I am currently attempting to implement a feed-forward neural network with 1 hidden layer using numpy as a project for university. We are to use hyperbolic tangent activation functions for the hidden layer, and the function for the output layer is unspecified. The NN is to regress a sine wave.

I have already implemented this code for the XOR classification problem and it seemed to work fine. The sine wave regression code only has minor alterations.

I have been tinkering with the hyper parameters for hours now, added momentum (which only seems to make things worse), and have seen little success in getting it working.

For the project, we are to run regression with 3 hidden units, and then with 20. Both of these options seem to dramatically underfit the data. About half the time, it will yield just a horizontal line, and sometimes it will plot what appears to be a single tanh function.

The only thing that seems to make this thing work is to add an excessive amount of units to the hidden layer (Hn in the learn function). A learning rate of .1-.2, epoch count of 2000-5000, and 100-200 hidden units seems to regress the sine wave sort of well.

I've been messing with this for hours and frankly am out of ideas. Any help would be greatly appreciated.

Here's the code:

import numpy as np
import matplotlib.pyplot as plt

__name__ = "partB"


class partB:
    def __init__(self):
        pass

    def propegate(self, Xs):
        self.A1 = np.dot(self.W1, Xs)
        self.Z1 = np.tanh(self.A1) + self.b1
        self.A2 = np.dot(self.W2, self.Z1)
        self.Z2 = np.power(1 + np.exp(-1 * self.A2), -1) + self.b2

        predictions = self.Z2
        return predictions

    def backProp(self, momentumFac):
        # Get gradients
        dA2 = self.Z2 - self.targets
        dW2 = (1 / self.m) * np.dot(dA2, self.A1.T)
        db2 = (1 / self.m) * np.sum(dA2, axis = 1, keepdims = True)
        dA1 = np.multiply(np.dot(self.W2.T, dA2), 1 - np.power(self.Z1, 2))
        dW1 = (1 / self.m) * np.dot(dA1, self.data.T)
        db1 = (1 / self.m) * np.sum(dA1, axis = 1, keepdims = True)

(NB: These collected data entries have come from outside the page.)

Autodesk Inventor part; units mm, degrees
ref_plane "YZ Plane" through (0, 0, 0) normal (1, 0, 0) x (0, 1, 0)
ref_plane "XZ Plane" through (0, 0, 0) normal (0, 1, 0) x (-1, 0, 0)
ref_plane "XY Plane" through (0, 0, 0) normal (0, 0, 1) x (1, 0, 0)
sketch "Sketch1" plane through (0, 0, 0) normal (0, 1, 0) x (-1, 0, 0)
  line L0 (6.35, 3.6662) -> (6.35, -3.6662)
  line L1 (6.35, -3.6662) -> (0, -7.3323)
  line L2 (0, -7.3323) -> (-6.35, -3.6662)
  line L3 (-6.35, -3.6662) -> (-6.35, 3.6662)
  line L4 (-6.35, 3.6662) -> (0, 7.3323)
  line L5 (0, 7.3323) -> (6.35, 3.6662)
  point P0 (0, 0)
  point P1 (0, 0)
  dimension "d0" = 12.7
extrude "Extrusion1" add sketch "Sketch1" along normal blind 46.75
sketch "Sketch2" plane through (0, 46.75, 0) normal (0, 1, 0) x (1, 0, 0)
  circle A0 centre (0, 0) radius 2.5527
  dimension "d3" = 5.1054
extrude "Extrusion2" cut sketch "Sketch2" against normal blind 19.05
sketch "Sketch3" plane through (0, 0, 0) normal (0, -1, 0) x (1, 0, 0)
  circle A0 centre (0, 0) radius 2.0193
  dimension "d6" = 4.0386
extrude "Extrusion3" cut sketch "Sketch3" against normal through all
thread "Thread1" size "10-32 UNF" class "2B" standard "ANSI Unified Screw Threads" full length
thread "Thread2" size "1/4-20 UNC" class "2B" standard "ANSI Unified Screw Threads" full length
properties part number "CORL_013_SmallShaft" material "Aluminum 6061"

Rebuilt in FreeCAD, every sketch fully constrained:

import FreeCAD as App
import Part
import Sketcher
Q = App.Units.Quantity

doc = App.newDocument("Part")
body = doc.addObject("PartDesign::Body", "Body")

sketch1 = body.newObject("Sketcher::SketchObject", "Sketch")
sketch1.AttachmentSupport = (doc.getObject("XZ_Plane"), [""])
sketch1.MapMode = "FlatFace"
sketch1.addGeometry([
    Part.LineSegment(App.Vector(-6, -4, 0), App.Vector(-6, 4, 0)),
    Part.LineSegment(App.Vector(-6, 4, 0), App.Vector(0, 7, 0)),
    Part.LineSegment(App.Vector(0, 7, 0), App.Vector(6, 4, 0)),
    Part.LineSegment(App.Vector(6, 4, 0), App.Vector(6, -4, 0)),
    Part.LineSegment(App.Vector(6, -4, 0), App.Vector(0, -7, 0)),
    Part.LineSegment(App.Vector(0, -7, 0), App.Vector(-6, -4, 0)),
], False)
sketch1.addConstraint([
    Sketcher.Constraint("Coincident", 0, 2, 1, 1),
    Sketcher.Constraint("Coincident", 1, 2, 2, 1),
    Sketcher.Constraint("Coincident", 2, 2, 3, 1),
    Sketcher.Constraint("Coincident", 3, 2, 4, 1),
    Sketcher.Constraint("Coincident", 4, 2, 5, 1),
    Sketcher.Constraint("Coincident", 5, 2, 0, 1),
    Sketcher.Constraint("Vertical", 0),
    Sketcher.Constraint("Vertical", 3),
    Sketcher.Constraint("Symmetric", 0, 2, 3, 2, -1, 1),
    Sketcher.Constraint("Symmetric", 1, 2, 4, 2, -1, 1),
    Sketcher.Constraint("PointOnObject", 1, 2, -2),
    Sketcher.Constraint("Parallel", 2, 5),
    Sketcher.Constraint("Horizontal", 0, 2, 2, 2),
    Sketcher.Constraint("DistanceX", 0, 2, 2, 2, Q("0.5 in")),
    Sketcher.Constraint("Angle", 1, Q("29.9995 deg")),
    Sketcher.Constraint("DistanceY", 3, 2, 1, 2, Q("0.433 in")),
])
pad1 = body.newObject("PartDesign::Pad", "Pad")
pad1.Profile = sketch1
pad1.Length = 46.75
pad1.Reversed = True

sketch2 = body.newObject("Sketcher::SketchObject", "Sketch001")
sketch2.AttachmentSupport = (doc.getObject("XZ_Plane"), [""])
sketch2.MapMode = "FlatFace"
sketch2.AttachmentOffset = App.Placement(App.Vector(0, 0, -46.75), App.Rotation())
sketch2.addGeometry(Part.Circle(App.Vector(0, 0, 0), App.Vector(0, 0, 1), 2.6), False)
sketch2.addConstraint([
    Sketcher.Constraint("Coincident", 0, 3, -1, 1),
    Sketcher.Constraint("Diameter", 0, Q("0.201 in")),
])
pocket1 = body.newObject("PartDesign::Pocket", "Pocket")
pocket1.Profile = sketch2
pocket1.Length = Q("0.75 in")
pocket1.Reversed = True

sketch3 = body.newObject("Sketcher::SketchObject", "Sketch002")
sketch3.AttachmentSupport = (doc.getObject("XZ_Plane"), [""])
sketch3.MapMode = "FlatFace"
sketch3.addGeometry(Part.Circle(App.Vector(0, 0, 0), App.Vector(0, 0, 1), 2), False)
sketch3.addConstraint([
    Sketcher.Constraint("Coincident", 0, 3, -1, 1),
    Sketcher.Constraint("Diameter", 0, Q("0.159 in")),
])
pocket2 = body.newObject("PartDesign::Pocket", "Pocket001")
pocket2.Profile = sketch3
pocket2.Type = "ThroughAll"

doc.recompute()
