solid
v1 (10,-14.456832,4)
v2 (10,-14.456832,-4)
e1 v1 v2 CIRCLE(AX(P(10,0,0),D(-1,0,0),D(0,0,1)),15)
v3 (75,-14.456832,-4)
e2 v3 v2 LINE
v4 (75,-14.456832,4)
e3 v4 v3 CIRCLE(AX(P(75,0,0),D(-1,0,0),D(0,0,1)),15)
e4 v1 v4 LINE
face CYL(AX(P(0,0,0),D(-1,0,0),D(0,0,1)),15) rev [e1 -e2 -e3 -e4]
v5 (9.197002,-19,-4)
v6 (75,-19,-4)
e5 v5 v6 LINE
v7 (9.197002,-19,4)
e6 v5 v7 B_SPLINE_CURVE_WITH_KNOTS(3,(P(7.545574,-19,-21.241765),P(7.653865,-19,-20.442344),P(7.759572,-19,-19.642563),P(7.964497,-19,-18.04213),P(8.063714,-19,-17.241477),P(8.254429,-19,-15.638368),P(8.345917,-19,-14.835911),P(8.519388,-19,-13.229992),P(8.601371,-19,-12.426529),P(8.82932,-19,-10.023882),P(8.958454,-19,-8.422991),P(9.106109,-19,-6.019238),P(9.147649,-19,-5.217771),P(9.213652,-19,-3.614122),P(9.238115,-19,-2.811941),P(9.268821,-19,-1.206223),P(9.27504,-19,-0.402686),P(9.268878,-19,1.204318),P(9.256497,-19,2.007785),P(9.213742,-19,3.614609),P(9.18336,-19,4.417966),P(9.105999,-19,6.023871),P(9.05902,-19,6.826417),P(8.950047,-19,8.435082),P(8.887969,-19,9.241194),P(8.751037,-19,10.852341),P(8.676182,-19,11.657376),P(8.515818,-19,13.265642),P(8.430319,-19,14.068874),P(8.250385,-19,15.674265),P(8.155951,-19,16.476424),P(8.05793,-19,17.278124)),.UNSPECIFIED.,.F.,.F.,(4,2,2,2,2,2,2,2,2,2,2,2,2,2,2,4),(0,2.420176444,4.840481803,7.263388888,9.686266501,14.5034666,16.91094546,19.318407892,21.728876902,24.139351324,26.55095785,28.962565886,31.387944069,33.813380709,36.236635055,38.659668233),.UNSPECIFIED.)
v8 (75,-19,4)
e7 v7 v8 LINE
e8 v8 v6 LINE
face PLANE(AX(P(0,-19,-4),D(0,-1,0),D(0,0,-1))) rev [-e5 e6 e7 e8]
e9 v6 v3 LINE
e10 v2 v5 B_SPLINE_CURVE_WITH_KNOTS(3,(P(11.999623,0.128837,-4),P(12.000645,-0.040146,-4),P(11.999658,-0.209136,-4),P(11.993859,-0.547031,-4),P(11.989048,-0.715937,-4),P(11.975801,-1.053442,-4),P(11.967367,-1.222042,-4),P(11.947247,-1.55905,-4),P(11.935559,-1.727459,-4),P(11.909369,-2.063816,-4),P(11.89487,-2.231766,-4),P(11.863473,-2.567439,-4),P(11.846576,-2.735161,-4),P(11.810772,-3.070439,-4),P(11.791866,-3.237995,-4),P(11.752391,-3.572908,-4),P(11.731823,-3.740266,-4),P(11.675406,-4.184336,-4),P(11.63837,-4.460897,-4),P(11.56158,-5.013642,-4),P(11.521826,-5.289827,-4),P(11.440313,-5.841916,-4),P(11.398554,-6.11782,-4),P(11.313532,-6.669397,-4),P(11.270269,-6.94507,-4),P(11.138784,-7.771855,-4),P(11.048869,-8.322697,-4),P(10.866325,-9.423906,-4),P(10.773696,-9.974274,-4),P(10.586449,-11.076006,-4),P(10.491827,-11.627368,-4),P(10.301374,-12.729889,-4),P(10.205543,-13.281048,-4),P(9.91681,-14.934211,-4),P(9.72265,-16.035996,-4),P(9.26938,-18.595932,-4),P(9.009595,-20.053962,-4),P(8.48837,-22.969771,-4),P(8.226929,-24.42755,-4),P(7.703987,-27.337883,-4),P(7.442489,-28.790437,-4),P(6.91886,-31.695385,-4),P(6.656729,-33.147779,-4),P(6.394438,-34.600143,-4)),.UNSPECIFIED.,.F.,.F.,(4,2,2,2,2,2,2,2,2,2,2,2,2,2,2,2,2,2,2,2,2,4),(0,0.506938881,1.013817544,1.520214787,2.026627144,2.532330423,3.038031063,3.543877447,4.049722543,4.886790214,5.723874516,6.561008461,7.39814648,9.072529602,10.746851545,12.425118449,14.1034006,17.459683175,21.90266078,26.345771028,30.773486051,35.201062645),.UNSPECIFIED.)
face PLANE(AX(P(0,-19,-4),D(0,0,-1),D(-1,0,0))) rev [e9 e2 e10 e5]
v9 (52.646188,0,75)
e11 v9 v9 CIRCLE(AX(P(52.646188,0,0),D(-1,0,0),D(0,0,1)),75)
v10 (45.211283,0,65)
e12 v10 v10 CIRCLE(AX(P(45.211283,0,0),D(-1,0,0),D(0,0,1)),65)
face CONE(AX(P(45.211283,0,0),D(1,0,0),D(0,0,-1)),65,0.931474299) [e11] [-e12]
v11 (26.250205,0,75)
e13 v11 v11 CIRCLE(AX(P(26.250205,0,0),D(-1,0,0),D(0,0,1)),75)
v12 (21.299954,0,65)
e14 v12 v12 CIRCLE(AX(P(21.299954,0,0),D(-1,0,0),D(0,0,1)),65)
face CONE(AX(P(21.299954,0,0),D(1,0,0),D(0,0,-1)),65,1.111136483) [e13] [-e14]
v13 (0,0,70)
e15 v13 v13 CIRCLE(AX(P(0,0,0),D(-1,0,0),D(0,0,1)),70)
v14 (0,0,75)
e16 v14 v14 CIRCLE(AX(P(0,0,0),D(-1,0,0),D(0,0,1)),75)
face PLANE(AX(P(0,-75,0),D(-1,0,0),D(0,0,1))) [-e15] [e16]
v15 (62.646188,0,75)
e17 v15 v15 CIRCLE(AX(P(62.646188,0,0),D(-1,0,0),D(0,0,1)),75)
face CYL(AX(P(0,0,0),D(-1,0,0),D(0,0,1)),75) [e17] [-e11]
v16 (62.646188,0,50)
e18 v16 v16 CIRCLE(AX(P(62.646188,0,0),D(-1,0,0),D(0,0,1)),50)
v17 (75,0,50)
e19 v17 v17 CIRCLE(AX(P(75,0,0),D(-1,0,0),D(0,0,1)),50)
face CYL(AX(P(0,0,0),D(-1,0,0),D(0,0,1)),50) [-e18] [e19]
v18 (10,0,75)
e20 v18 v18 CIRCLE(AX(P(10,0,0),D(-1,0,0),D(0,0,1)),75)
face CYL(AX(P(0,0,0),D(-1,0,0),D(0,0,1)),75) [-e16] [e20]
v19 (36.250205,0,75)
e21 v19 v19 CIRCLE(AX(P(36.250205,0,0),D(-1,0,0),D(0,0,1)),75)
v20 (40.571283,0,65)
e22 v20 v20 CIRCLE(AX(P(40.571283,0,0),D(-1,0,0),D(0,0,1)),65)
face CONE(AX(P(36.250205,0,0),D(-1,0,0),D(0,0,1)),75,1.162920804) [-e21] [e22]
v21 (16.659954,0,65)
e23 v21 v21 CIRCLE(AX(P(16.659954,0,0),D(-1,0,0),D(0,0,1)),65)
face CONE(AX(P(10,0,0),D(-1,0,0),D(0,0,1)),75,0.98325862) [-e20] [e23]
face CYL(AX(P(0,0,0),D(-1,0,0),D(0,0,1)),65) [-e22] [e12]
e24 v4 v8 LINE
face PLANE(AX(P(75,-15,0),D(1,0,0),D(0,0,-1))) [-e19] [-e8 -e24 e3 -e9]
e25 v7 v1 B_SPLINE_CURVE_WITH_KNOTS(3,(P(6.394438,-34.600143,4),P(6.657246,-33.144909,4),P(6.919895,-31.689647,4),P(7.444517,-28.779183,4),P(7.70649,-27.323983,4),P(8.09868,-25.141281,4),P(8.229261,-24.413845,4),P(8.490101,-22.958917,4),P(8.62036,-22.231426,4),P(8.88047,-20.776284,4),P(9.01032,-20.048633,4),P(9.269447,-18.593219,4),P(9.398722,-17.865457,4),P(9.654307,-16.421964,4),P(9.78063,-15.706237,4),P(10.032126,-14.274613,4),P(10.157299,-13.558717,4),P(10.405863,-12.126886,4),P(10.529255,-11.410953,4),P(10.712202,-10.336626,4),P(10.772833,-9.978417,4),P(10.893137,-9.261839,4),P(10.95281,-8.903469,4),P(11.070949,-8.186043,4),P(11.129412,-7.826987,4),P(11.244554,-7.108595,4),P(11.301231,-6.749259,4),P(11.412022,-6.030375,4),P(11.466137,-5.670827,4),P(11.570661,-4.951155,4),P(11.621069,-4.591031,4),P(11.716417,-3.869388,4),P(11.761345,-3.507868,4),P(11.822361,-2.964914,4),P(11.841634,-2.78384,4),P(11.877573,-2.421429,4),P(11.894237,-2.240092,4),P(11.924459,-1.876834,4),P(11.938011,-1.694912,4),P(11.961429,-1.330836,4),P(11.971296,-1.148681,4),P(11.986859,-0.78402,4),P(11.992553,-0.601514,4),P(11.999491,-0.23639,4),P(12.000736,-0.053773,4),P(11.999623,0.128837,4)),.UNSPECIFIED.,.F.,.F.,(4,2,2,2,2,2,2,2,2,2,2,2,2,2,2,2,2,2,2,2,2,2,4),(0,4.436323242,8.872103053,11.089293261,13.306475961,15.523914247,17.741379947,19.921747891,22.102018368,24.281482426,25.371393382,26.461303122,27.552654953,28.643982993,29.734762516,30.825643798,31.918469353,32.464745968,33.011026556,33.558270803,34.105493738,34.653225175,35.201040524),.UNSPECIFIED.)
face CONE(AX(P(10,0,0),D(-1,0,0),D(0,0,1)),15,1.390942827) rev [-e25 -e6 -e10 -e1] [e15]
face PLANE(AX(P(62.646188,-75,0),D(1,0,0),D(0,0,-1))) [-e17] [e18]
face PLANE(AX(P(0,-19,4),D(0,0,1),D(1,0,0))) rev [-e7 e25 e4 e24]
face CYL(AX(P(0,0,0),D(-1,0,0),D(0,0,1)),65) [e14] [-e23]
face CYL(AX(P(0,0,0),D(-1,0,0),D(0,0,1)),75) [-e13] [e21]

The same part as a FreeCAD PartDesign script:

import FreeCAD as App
import Part
import Sketcher


def add_polygon(sketch, points):
    """Adds a closed chain of lines whose ends are joined by coincident constraints."""
    first, n = sketch.GeometryCount, len(points)
    for a, b in zip(points, points[1:] + points[:1]):
        sketch.addGeometry(Part.LineSegment(App.Vector(*a, 0), App.Vector(*b, 0)), False)
    for i in range(n):
        sketch.addConstraint(Sketcher.Constraint("Coincident", first + i, 2, first + (i + 1) % n, 1))

doc = App.newDocument("Part")
body = doc.addObject("PartDesign::Body", "Body")

# Sketch on XY plane
sketch1 = doc.addObject("Sketcher::SketchObject", "Sketch")
body.addObject(sketch1)
sketch1.AttachmentSupport = (doc.XY_Plane, [""])
sketch1.MapMode = "FlatFace"
add_polygon(sketch1, [(75, -15), (10, -15), (0, -70), (0, -75), (10, -75), (16.659954, -65), (21.299954, -65), (26.250205, -75), (36.250205, -75), (40.571283, -65), (45.211283, -65), (52.646188, -75), (62.646188, -75), (62.646188, -50), (75, -50)])  # lines 0-14
sketch1.addConstraint([
    Sketcher.Constraint("Horizontal", 0),
    Sketcher.Constraint("Vertical", 2),
    Sketcher.Constraint("Horizontal", 3),
    Sketcher.Constraint("Horizontal", 5),
    Sketcher.Constraint("Horizontal", 7),
    Sketcher.Constraint("Horizontal", 9),
    Sketcher.Constraint("Horizontal", 11),
    Sketcher.Constraint("Vertical", 12),
    Sketcher.Constraint("Horizontal", 13),
    Sketcher.Constraint("Vertical", 14),
    Sketcher.Constraint("PointOnObject", 1, 2, -2),
    Sketcher.Constraint("Horizontal", 3, 2, 6, 2),
    Sketcher.Constraint("Horizontal", 5, 2, 8, 2),
    Sketcher.Constraint("Horizontal", 7, 2, 10, 2),
    Sketcher.Constraint("Vertical", 0, 2, 3, 2),
    Sketcher.Constraint("Equal", 3, 7),
    Sketcher.Constraint("Equal", 5, 9),
    Sketcher.Constraint("Equal", 7, 11),
    Sketcher.Constraint("DistanceX", 0, 2, 0, 1, 65.0),
    Sketcher.Constraint("DistanceX", 3, 1, 3, 2, 10.0),
    Sketcher.Constraint("DistanceY", 2, 2, 2, 1, 5.0),
    Sketcher.Constraint("DistanceY", 12, 1, 12, 2, 25.0),
    Sketcher.Constraint("DistanceY", 14, 1, 14, 2, 35.0),
    Sketcher.Constraint("DistanceY", 0, 2, -1, 1, 15.0),
    Sketcher.Constraint("DistanceY", 4, 2, -1, 1, 65.0),
    Sketcher.Constraint("DistanceX", 5, 1, 5, 2, 4.64),
    Sketcher.Constraint("DistanceX", 13, 1, 13, 2, 12.353812),
    Sketcher.Constraint("Distance", 4, 12.014782),
    Sketcher.Constraint("Distance", 6, 11.158181),
    Sketcher.Constraint("DistanceX", 5, 2, 8, 2, 19.271329),
])
revolution = doc.addObject("PartDesign::Revolution", "Revolution")
body.addObject(revolution)
revolution.Profile = sketch1
revolution.ReferenceAxis = (sketch1, ["H_Axis"])
revolution.Angle = 360

# Sketch on YZ plane
sketch2 = doc.addObject("Sketcher::SketchObject", "Sketch001")
body.addObject(sketch2)
sketch2.AttachmentSupport = (doc.YZ_Plane, [""])
sketch2.MapMode = "FlatFace"
sketch2.AttachmentOffset = App.Placement(App.Vector(0, 0, 75), App.Rotation())
add_polygon(sketch2, [(-11, 4), (-19, 4), (-19, -4), (-11, -4)])  # lines 0-3
sketch2.addConstraint([
    Sketcher.Constraint("Horizontal", 0),
    Sketcher.Constraint("Vertical", 1),
    Sketcher.Constraint("Horizontal", 2),
    Sketcher.Constraint("Vertical", 3),
    Sketcher.Constraint("Equal", 2, 1),
    Sketcher.Constraint("DistanceX", 0, 2, 0, 1, 8.0),
    Sketcher.Constraint("DistanceX", 0, 2, -1, 1, 19.0),
    Sketcher.Constraint("DistanceY", -1, 1, 0, 2, 4.0),
])
pocket1 = doc.addObject("PartDesign::Pocket", "Pocket")
body.addObject(pocket1)
pocket1.Profile = sketch2
pocket1.Type = "ThroughAll"

doc.recompute()
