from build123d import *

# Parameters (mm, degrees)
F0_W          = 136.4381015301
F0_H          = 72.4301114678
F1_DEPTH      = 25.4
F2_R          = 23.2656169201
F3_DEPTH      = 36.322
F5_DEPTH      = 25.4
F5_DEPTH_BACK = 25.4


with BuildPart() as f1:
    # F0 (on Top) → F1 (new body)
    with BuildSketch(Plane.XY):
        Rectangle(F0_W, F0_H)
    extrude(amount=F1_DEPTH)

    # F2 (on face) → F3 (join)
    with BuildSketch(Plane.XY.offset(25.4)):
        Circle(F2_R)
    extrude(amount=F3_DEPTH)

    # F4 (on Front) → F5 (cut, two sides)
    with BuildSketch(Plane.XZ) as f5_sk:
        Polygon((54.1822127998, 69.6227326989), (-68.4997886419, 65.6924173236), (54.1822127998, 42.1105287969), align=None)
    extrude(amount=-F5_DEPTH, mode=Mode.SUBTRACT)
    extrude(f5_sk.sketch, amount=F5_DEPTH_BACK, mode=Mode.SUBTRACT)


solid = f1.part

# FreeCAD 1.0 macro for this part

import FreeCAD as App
import Part
import Sketcher

V = App.Vector
Q = App.Units.Quantity


def add_polygon(sketch, points):
    """Adds a closed chain of lines whose ends are joined by coincident constraints."""
    first, n = sketch.GeometryCount, len(points)
    for a, b in zip(points, points[1:] + points[:1]):
        sketch.addGeometry(Part.LineSegment(App.Vector(*a, 0), App.Vector(*b, 0)), False)
    for i in range(n):
        sketch.addConstraint(Sketcher.Constraint("Coincident", first + i, 2, first + (i + 1) % n, 1))

doc = App.newDocument("Part")
params = doc.addObject("Spreadsheet::Sheet", "Params")
for row, (alias, value) in enumerate([
    ("pad1_length", "1 in"),
    ("pad2_length", "1.43 in"),
], start=1):
    params.set(f"A{row}", alias)
    params.set(f"B{row}", "=" + value)
    params.setAlias(f"B{row}", alias)

body = doc.addObject("PartDesign::Body", "Body")

sketch1 = doc.addObject("Sketcher::SketchObject", "Sketch")
body.addObject(sketch1)
sketch1.AttachmentSupport = (doc.XY_Plane, [""])
sketch1.MapMode = "FlatFace"
add_polygon(sketch1, [(-68, 36), (-68, -36), (68, -36), (68, 36)])
sketch1.addConstraint([
    Sketcher.Constraint("Vertical", 0),
    Sketcher.Constraint("Horizontal", 1),
    Sketcher.Constraint("Vertical", 2),
    Sketcher.Constraint("Horizontal", 3),
    Sketcher.Constraint("Symmetric", 0, 2, 2, 2, -1, 1),
    Sketcher.Constraint("DistanceX", 1, 1, 1, 2, Q("136.438102 mm")),
    Sketcher.Constraint("DistanceY", 0, 2, 0, 1, Q("72.430111 mm")),
])
pad1 = doc.addObject("PartDesign::Pad", "Pad")
body.addObject(pad1)
pad1.Profile = sketch1
pad1.setExpression("Length", "Params.pad1_length")

sketch2 = doc.addObject("Sketcher::SketchObject", "Sketch001")
body.addObject(sketch2)
sketch2.AttachmentSupport = (doc.XY_Plane, [""])
sketch2.MapMode = "FlatFace"
sketch2.AttachmentOffset = App.Placement(V(0, 0, 1 * 25.4), App.Rotation())
sketch2.addGeometry(Part.Circle(V(0, 0, 0), V(0, 0, 1), 23), False)
sketch2.addConstraint([
    Sketcher.Constraint("Coincident", 0, 3, -1, 1),
    Sketcher.Constraint("Diameter", 0, Q("46.531234 mm")),
])
pad2 = doc.addObject("PartDesign::Pad", "Pad001")
body.addObject(pad2)
pad2.Profile = sketch2
pad2.setExpression("Length", "Params.pad2_length")

sketch3 = doc.addObject("Sketcher::SketchObject", "Sketch002")
body.addObject(sketch3)
sketch3.AttachmentSupport = (doc.XZ_Plane, [""])
sketch3.MapMode = "FlatFace"
add_polygon(sketch3, [(54, 70), (-68, 66), (54, 42)])
sketch3.addConstraint([
    Sketcher.Constraint("Vertical", 2),
    Sketcher.Constraint("DistanceX", 0, 2, 1, 2, Q("4.8300001 in")),
    Sketcher.Constraint("DistanceY", 2, 1, 2, 2, Q("27.512204 mm")),
    Sketcher.Constraint("DistanceX", 0, 2, -1, 1, Q("68.499789 mm")),
    Sketcher.Constraint("DistanceY", -1, 1, 1, 2, Q("42.110529 mm")),
    Sketcher.Constraint("DistanceY", 1, 2, 0, 2, Q("23.581889 mm")),
])
pocket1 = doc.addObject("PartDesign::Pocket", "Pocket")
body.addObject(pocket1)
pocket1.Profile = sketch3
pocket1.Type = "ThroughAll"
pocket1.Midplane = True

doc.recompute()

        # print("dW2: ", dW2, " dA1: ", dA1)

        self.W1 = momentumFac * self.W1 - self.learnRate * dW1
        self.W2 = momentumFac * self.W2 - self.learnRate * dW2
        self.b1 = self.b1 - self.learnRate * db1
        self.b2 = self.b2 - self.learnRate * db2

    def logLoss(self):
        #prob = np.multiply(np.log(self.Z2), self.targets) + np.multiply(np.log(1 - self.Z2), (1 - self.targets))
        cost = (1 / self.m) * np.sqrt(np.sum(np.square(self.Z2 - self.targets)))
        #cost = - np.sum(prob) / self.m
        return cost

    def sigmoid(self, Z):
        return np.float64(1) / (np.float64(1) + np.exp(-Z))

    def learnBitch(self, learnRate, epochs, moment):
        # Make data
        perm = np.random.permutation(50)
        dat = 2 * np.random.random_sample((1, 50)) - 1
        targ =  .5 * np.sin(2 * np.pi * dat) + .5 + .3 * np.random.random_sample((1, 50))
        self.data = dat[:,perm]
        self.targets = targ[:,perm]
        # Make Ns
        Xn = self.data.shape[0]
        Yn = self.targets.shape[0]
        Hn = 200
        self.m = self.data.shape[1]
        # Initialize Ws and bias vectors
        cost = np.float64(0)
        while (cost == 0):
            self.W1 = np.random.random_sample((Hn, Xn))
            self.W2 = np.random.random_sample((Yn, Hn))
            self.b1 = np.zeros([Hn, 1])
            self.b2 = np.zeros([Yn, 1])


            self.learnRate = learnRate
            itt = np.intc(0)

            costArr = []
            costXs = []

            plt.clf()
            costGraph = plt.figure()
            costGraph.show()
            costGraph.canvas.draw()

            for itt in range(epochs):
                self.propegate(self, self.data)
                cost = self.logLoss(self)
                self.backProp(self, moment)
                print('cost: ', cost)

                if itt % 25 == 0:
                    costArr.append(cost)
                    costXs.append(itt)

                    plt.plot(costXs, costArr)

                    costGraph.canvas.draw()


        self.xVals = [np.linspace(-1, 1, 50)]
        self.yVals = self.propegate(self, self.xVals)

        print(self.xVals)
        print(self.yVals)

        plt.clf()
        plt.scatter(self.data, self.targets)
        plt.plot(np.squeeze(self.xVals), np.squeeze(self.yVals))
        plt.show()

        #self.plot_decision_boundary(self, lambda x: self.propegate(self, x), self.data, self.targets)

0 Answers